The problem: Work out how many lines in the entries below contain the string "PLANE". Reply with that figure alone.

Collected data
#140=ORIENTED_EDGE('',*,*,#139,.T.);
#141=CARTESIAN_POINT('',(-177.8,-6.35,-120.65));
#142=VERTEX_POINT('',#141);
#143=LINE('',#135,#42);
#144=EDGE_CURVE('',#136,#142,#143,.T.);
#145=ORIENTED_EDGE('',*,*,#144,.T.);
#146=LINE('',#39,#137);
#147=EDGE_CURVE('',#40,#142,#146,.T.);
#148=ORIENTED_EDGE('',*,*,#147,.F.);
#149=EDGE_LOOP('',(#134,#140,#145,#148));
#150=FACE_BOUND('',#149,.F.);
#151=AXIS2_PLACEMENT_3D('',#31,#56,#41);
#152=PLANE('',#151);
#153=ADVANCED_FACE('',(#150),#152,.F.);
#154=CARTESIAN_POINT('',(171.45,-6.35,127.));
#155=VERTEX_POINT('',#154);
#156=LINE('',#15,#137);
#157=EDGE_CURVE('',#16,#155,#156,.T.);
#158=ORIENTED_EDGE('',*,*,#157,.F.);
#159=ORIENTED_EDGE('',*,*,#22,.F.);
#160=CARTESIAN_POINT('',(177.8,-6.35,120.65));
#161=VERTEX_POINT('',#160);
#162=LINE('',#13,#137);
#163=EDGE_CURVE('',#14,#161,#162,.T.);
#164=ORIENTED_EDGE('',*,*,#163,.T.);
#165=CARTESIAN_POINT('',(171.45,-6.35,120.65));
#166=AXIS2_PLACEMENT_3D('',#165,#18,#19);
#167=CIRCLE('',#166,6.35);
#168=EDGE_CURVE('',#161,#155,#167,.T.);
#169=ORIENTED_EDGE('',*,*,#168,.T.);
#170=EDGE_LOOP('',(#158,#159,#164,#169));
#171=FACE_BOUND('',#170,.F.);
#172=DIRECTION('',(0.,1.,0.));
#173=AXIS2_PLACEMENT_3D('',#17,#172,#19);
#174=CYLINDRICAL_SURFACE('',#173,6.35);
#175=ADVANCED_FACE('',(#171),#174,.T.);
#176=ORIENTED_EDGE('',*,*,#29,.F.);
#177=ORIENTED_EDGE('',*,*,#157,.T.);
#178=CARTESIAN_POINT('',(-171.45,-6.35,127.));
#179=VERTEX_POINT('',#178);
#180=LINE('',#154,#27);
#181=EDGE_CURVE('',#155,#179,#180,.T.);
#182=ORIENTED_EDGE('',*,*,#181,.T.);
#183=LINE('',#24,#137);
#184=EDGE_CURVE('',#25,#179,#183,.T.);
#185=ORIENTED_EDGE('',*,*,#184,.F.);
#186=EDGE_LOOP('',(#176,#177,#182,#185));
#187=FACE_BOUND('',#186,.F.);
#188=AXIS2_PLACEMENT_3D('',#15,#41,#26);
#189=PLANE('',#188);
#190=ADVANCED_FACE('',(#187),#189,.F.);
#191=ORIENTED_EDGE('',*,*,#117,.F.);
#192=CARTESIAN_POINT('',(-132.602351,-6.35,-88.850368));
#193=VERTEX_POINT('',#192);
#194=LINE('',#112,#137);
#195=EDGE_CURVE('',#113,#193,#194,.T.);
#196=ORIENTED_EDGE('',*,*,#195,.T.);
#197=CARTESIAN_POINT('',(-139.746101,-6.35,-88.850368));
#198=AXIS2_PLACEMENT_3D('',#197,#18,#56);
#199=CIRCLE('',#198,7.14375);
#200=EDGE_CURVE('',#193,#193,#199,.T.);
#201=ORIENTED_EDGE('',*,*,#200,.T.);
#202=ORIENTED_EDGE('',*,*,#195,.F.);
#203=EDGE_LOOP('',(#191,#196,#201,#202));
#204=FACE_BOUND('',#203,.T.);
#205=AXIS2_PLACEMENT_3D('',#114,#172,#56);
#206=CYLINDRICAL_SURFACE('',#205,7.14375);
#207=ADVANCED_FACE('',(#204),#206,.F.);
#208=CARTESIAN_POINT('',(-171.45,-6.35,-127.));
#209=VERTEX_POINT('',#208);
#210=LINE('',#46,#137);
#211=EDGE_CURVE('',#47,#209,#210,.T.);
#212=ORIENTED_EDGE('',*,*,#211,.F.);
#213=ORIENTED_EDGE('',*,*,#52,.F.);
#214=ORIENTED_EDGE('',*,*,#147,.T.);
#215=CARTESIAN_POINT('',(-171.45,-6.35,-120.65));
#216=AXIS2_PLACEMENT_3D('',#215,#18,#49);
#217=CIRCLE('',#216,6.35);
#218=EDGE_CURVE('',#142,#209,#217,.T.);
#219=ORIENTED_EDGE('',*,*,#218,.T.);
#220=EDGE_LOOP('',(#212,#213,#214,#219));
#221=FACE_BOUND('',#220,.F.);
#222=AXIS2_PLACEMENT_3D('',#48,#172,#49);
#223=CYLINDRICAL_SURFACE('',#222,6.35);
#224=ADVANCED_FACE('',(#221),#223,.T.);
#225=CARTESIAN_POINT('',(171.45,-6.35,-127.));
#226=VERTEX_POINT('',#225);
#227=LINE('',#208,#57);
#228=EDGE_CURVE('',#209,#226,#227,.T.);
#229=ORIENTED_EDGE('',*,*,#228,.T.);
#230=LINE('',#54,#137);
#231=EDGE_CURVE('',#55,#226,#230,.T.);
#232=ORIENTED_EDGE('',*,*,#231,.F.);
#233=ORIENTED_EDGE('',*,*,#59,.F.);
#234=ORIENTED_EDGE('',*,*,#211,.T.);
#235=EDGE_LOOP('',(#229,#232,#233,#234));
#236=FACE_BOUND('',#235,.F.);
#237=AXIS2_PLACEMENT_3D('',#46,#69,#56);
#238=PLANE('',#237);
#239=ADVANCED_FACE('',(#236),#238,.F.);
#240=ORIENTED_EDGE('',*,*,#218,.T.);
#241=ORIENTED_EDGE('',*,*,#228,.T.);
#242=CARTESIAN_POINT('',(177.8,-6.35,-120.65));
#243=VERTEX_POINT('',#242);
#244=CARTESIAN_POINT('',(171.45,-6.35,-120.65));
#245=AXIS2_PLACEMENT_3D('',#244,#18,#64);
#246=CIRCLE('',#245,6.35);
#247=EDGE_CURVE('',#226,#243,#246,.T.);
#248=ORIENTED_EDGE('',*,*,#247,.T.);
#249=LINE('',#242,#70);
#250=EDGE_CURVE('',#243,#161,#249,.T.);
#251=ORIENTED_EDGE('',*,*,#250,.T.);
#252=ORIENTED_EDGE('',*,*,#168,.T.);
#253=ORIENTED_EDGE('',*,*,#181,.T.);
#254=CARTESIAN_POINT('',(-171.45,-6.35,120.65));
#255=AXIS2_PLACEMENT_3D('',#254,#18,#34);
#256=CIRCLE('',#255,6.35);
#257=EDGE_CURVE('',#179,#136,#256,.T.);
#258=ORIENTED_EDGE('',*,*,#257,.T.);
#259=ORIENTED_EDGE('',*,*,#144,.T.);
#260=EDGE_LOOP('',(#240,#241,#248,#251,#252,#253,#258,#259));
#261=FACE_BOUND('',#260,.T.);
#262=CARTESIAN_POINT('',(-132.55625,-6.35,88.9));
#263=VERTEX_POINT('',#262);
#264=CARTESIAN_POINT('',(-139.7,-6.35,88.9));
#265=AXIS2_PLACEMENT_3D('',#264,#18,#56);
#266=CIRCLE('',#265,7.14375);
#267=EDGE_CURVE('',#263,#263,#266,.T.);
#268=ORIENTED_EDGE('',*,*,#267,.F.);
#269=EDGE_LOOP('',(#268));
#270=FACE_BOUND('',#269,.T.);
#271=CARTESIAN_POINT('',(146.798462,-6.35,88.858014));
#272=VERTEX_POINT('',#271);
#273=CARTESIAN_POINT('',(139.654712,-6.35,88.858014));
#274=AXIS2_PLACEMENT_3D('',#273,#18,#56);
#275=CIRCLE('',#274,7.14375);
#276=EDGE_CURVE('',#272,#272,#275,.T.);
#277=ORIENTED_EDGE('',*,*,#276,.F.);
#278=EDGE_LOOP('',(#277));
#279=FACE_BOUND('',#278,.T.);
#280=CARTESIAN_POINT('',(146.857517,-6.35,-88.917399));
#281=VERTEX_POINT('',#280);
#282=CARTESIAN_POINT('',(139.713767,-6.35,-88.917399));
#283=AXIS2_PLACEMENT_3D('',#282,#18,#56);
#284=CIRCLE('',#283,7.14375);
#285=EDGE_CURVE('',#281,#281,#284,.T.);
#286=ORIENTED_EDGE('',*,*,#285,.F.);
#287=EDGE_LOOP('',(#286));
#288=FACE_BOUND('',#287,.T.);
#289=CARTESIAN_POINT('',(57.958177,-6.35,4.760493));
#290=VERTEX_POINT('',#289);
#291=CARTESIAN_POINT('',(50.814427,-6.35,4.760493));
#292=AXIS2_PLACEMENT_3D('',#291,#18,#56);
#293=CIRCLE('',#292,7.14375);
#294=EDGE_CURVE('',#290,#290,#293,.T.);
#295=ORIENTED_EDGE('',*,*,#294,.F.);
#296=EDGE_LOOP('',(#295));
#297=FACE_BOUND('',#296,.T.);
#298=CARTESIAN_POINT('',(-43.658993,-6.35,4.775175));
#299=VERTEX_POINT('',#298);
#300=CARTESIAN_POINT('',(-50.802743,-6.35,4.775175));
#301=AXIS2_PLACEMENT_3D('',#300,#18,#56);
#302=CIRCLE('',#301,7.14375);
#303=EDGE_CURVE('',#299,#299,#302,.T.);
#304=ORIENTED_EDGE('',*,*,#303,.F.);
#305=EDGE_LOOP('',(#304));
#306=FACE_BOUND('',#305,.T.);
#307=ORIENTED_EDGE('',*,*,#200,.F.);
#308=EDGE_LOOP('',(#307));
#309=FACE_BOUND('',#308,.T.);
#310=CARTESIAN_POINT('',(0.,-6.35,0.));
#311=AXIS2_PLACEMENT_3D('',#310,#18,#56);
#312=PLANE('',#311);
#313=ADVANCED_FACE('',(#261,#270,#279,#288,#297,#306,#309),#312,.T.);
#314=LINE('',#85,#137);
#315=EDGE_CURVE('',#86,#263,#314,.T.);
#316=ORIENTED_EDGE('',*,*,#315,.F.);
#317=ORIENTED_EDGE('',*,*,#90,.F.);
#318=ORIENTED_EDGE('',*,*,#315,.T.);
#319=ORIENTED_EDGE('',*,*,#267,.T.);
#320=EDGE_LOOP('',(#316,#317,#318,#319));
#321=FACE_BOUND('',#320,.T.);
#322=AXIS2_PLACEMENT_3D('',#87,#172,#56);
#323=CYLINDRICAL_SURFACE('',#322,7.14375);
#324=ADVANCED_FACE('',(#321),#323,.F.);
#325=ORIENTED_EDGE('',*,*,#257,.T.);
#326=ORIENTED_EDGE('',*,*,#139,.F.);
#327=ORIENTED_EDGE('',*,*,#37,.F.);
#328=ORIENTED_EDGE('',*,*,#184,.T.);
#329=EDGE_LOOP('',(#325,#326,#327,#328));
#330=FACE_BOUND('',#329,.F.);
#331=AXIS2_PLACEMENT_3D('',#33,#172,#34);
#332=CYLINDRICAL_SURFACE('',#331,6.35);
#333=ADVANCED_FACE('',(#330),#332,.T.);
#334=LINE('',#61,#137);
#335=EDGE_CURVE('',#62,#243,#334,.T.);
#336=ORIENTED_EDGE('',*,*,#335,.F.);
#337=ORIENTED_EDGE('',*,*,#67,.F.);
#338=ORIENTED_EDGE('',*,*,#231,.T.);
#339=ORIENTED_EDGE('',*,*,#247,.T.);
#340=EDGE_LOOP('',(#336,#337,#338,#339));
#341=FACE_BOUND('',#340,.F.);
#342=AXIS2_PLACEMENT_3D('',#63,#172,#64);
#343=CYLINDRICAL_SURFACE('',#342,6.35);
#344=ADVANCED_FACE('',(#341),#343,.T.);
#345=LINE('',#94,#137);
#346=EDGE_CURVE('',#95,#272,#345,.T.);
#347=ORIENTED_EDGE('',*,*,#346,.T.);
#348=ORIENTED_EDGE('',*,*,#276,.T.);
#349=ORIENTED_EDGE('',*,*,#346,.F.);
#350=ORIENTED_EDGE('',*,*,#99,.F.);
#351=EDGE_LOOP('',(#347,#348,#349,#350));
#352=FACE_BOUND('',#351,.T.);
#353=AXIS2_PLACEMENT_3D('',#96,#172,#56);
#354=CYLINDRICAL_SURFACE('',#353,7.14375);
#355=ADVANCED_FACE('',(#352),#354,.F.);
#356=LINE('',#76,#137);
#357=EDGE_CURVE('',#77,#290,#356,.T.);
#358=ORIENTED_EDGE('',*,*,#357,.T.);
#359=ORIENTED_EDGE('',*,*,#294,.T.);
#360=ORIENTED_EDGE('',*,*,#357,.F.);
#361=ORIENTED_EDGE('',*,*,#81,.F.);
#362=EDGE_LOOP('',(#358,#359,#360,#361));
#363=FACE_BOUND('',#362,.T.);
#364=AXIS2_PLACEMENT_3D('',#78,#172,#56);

Output of the task: 4